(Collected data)
□ □ □ □ □ □ □

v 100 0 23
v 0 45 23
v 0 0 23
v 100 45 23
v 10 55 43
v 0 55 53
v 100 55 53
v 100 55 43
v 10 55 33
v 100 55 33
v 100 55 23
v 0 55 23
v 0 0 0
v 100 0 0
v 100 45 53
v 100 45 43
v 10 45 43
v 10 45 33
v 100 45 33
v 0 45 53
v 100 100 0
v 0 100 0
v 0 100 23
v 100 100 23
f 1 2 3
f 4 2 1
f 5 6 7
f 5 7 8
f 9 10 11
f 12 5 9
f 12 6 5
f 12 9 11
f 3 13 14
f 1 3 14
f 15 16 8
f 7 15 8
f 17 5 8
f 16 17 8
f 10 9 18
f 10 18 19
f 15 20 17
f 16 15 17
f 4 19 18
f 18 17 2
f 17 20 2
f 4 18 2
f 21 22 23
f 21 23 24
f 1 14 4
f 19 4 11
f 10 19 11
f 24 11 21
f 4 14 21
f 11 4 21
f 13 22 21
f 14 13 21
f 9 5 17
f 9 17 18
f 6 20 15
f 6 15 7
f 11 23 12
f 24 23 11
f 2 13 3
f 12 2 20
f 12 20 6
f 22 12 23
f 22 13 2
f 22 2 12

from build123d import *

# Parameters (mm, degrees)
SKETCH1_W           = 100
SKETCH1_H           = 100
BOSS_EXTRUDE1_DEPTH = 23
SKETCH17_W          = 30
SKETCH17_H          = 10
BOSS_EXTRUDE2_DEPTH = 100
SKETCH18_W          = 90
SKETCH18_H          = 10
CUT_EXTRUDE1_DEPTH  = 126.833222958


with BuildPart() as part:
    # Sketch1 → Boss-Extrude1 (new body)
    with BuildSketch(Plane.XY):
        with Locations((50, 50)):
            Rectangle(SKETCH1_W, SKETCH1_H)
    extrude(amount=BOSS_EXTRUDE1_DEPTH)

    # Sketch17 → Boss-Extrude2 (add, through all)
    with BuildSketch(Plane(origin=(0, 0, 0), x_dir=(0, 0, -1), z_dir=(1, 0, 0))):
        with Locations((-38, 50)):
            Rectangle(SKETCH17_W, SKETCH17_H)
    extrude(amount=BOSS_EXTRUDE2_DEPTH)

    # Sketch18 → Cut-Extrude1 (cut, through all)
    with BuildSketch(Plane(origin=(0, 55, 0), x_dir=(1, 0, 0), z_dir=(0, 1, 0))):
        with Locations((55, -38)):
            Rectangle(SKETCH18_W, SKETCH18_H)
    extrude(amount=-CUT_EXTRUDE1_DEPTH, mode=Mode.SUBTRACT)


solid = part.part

□ □ □ □ □ □ □

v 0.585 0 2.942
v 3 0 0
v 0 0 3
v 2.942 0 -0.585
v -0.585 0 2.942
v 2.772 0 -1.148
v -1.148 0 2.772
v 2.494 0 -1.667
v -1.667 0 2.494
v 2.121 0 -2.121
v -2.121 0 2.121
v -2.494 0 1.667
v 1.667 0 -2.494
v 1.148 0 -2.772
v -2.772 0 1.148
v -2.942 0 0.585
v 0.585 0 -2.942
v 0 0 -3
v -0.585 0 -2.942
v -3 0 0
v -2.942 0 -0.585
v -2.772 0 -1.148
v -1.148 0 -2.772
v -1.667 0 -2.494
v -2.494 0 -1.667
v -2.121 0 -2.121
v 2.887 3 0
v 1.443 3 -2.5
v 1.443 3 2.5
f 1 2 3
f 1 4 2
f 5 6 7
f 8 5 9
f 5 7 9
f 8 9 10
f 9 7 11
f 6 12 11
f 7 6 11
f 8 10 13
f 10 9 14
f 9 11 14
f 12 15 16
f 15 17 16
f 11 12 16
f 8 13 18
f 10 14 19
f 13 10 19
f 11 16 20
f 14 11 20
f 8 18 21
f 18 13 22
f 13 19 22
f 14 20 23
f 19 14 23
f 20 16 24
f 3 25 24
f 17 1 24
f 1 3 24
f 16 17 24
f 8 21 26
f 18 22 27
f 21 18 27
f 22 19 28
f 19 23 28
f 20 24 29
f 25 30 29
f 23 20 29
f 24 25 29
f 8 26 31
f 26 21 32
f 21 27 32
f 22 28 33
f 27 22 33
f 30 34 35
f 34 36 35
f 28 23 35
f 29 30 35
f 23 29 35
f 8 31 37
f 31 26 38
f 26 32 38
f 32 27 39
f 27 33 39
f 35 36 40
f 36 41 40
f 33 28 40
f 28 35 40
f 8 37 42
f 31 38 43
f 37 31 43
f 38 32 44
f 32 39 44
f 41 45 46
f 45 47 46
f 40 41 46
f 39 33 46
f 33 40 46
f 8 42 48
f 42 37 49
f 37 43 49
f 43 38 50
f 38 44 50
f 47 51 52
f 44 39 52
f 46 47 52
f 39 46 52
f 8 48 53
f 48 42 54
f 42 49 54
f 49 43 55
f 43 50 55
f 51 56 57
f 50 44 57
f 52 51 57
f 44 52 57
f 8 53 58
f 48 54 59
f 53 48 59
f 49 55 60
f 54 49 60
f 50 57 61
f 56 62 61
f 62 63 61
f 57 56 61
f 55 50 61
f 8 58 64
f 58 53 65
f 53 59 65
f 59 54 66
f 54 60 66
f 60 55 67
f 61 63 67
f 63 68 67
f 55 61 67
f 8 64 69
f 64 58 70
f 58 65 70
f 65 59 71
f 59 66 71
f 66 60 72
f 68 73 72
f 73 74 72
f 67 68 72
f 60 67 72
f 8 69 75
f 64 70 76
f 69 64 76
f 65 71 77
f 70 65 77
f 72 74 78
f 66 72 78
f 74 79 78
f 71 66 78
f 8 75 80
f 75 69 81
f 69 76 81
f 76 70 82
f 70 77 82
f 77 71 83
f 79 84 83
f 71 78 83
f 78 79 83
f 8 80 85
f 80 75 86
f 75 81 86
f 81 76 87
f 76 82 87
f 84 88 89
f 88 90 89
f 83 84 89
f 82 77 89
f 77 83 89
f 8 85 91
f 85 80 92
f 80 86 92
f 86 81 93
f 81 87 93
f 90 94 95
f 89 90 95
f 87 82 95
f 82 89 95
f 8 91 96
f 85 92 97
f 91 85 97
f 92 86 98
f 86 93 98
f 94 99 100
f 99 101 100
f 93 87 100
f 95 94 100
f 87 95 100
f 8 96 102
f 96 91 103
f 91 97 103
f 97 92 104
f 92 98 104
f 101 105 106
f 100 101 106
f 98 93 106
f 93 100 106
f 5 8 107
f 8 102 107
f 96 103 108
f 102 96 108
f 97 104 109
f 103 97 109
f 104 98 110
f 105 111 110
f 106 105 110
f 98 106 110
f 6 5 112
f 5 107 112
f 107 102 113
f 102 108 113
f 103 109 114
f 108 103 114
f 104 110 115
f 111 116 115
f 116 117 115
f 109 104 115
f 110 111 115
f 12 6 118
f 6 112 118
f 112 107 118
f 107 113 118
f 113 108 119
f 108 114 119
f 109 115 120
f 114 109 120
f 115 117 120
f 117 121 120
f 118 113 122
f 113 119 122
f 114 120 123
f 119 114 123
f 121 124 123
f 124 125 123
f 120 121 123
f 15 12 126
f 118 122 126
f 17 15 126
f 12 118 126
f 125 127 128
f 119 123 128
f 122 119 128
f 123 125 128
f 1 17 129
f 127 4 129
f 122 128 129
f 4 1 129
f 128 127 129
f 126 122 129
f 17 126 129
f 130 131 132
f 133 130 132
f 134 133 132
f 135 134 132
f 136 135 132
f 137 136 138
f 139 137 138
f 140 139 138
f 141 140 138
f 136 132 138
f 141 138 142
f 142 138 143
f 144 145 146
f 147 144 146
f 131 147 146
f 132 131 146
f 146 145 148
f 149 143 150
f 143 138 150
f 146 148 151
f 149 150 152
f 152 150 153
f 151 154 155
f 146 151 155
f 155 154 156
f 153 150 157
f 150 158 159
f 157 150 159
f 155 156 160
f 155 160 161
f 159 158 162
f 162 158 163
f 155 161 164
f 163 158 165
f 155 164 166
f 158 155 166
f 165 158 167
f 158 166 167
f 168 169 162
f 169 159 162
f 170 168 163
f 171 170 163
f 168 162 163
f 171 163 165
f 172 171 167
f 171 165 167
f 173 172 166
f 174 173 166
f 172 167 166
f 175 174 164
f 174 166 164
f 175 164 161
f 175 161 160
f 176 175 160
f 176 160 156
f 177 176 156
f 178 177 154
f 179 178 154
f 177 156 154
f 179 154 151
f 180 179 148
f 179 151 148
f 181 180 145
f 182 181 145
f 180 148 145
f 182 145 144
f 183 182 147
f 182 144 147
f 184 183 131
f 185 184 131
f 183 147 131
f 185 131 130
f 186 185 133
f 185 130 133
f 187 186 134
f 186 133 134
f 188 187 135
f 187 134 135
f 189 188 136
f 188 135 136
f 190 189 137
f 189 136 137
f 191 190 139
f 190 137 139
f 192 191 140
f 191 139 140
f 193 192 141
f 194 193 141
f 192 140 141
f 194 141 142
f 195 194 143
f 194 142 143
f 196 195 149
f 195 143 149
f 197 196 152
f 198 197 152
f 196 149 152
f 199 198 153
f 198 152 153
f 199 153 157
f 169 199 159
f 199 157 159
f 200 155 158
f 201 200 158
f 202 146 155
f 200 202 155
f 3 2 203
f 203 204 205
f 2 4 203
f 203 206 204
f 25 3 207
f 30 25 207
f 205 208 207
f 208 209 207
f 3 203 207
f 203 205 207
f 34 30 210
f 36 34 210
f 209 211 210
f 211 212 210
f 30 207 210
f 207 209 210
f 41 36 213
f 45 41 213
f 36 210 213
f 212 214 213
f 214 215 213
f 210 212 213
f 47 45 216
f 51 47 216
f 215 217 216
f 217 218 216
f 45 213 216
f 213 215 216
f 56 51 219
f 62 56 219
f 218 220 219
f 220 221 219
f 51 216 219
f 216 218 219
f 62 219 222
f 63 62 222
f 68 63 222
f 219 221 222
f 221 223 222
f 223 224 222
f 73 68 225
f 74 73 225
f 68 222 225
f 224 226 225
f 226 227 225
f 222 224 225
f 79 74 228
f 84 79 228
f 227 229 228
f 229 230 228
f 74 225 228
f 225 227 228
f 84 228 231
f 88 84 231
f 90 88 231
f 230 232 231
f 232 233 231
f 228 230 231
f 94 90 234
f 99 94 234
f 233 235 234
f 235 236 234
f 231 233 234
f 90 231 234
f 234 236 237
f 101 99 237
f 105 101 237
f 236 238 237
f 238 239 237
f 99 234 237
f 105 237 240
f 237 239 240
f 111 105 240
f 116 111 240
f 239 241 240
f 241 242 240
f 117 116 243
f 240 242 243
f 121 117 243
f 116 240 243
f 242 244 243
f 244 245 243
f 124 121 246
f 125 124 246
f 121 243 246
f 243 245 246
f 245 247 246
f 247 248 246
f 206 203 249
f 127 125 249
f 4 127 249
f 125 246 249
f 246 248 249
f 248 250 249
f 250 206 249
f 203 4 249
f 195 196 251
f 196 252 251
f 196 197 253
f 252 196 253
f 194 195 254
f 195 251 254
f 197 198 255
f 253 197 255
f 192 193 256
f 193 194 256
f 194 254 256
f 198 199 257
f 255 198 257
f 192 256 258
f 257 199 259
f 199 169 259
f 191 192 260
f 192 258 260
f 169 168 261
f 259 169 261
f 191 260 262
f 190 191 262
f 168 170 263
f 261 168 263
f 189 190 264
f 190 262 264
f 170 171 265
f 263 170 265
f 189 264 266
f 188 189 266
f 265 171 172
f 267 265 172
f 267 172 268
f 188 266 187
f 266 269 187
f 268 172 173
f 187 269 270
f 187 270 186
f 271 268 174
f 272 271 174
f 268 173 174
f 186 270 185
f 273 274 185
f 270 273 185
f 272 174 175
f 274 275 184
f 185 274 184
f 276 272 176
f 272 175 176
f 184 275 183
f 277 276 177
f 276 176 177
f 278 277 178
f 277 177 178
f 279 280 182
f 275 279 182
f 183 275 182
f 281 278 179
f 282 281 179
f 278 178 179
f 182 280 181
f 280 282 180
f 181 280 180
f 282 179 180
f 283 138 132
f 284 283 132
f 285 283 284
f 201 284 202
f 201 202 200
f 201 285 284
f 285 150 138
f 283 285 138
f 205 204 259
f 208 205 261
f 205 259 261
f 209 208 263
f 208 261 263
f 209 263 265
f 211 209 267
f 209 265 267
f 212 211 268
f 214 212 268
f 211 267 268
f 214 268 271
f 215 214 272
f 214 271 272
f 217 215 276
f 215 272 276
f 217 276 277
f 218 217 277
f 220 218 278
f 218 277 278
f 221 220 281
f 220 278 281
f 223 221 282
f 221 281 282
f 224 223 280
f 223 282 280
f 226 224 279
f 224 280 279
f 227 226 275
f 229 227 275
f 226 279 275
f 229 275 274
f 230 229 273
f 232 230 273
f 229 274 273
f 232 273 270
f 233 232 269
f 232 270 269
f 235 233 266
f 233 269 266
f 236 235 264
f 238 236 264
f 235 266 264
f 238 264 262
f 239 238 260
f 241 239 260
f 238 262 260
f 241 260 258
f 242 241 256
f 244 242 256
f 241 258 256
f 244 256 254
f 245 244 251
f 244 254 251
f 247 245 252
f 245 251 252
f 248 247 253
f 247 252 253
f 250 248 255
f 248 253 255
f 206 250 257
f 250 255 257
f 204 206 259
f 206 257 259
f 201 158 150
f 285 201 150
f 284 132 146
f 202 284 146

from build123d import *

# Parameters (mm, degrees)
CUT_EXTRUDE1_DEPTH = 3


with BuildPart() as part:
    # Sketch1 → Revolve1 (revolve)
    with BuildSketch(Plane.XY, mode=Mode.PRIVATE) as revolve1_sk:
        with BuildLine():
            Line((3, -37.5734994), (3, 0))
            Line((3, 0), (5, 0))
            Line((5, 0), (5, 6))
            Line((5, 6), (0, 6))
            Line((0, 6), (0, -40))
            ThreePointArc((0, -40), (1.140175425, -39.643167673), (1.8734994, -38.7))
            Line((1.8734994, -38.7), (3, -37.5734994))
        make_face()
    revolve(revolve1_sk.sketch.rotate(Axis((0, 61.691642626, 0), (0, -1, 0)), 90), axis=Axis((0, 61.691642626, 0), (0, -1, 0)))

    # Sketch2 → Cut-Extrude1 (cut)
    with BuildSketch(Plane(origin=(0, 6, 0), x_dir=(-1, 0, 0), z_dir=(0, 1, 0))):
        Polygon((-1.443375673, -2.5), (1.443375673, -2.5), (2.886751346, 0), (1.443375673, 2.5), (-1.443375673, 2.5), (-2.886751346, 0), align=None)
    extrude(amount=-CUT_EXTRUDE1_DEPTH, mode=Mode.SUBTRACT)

□ □ □ □ □ □ □

What the task requires:
Retype only the lines above between the line with "f 87 95 100" and the line with "f 194 141 142", counting those two lines as well, and keep every character as it is.

Solution to the problem:
f 87 95 100
f 8 96 102
f 96 91 103
f 91 97 103
f 97 92 104
f 92 98 104
f 101 105 106
f 100 101 106
f 98 93 106
f 93 100 106
f 5 8 107
f 8 102 107
f 96 103 108
f 102 96 108
f 97 104 109
f 103 97 109
f 104 98 110
f 105 111 110
f 106 105 110
f 98 106 110
f 6 5 112
f 5 107 112
f 107 102 113
f 102 108 113
f 103 109 114
f 108 103 114
f 104 110 115
f 111 116 115
f 116 117 115
f 109 104 115
f 110 111 115
f 12 6 118
f 6 112 118
f 112 107 118
f 107 113 118
f 113 108 119
f 108 114 119
f 109 115 120
f 114 109 120
f 115 117 120
f 117 121 120
f 118 113 122
f 113 119 122
f 114 120 123
f 119 114 123
f 121 124 123
f 124 125 123
f 120 121 123
f 15 12 126
f 118 122 126
f 17 15 126
f 12 118 126
f 125 127 128
f 119 123 128
f 122 119 128
f 123 125 128
f 1 17 129
f 127 4 129
f 122 128 129
f 4 1 129
f 128 127 129
f 126 122 129
f 17 126 129
f 130 131 132
f 133 130 132
f 134 133 132
f 135 134 132
f 136 135 132
f 137 136 138
f 139 137 138
f 140 139 138
f 141 140 138
f 136 132 138
f 141 138 142
f 142 138 143
f 144 145 146
f 147 144 146
f 131 147 146
f 132 131 146
f 146 145 148
f 149 143 150
f 143 138 150
f 146 148 151
f 149 150 152
f 152 150 153
f 151 154 155
f 146 151 155
f 155 154 156
f 153 150 157
f 150 158 159
f 157 150 159
f 155 156 160
f 155 160 161
f 159 158 162
f 162 158 163
f 155 161 164
f 163 158 165
f 155 164 166
f 158 155 166
f 165 158 167
f 158 166 167
f 168 169 162
f 169 159 162
f 170 168 163
f 171 170 163
f 168 162 163
f 171 163 165
f 172 171 167
f 171 165 167
f 173 172 166
f 174 173 166
f 172 167 166
f 175 174 164
f 174 166 164
f 175 164 161
f 175 161 160
f 176 175 160
f 176 160 156
f 177 176 156
f 178 177 154
f 179 178 154
f 177 156 154
f 179 154 151
f 180 179 148
f 179 151 148
f 181 180 145
f 182 181 145
f 180 148 145
f 182 145 144
f 183 182 147
f 182 144 147
f 184 183 131
f 185 184 131
f 183 147 131
f 185 131 130
f 186 185 133
f 185 130 133
f 187 186 134
f 186 133 134
f 188 187 135
f 187 134 135
f 189 188 136
f 188 135 136
f 190 189 137
f 189 136 137
f 191 190 139
f 190 137 139
f 192 191 140
f 191 139 140
f 193 192 141
f 194 193 141
f 192 140 141
f 194 141 142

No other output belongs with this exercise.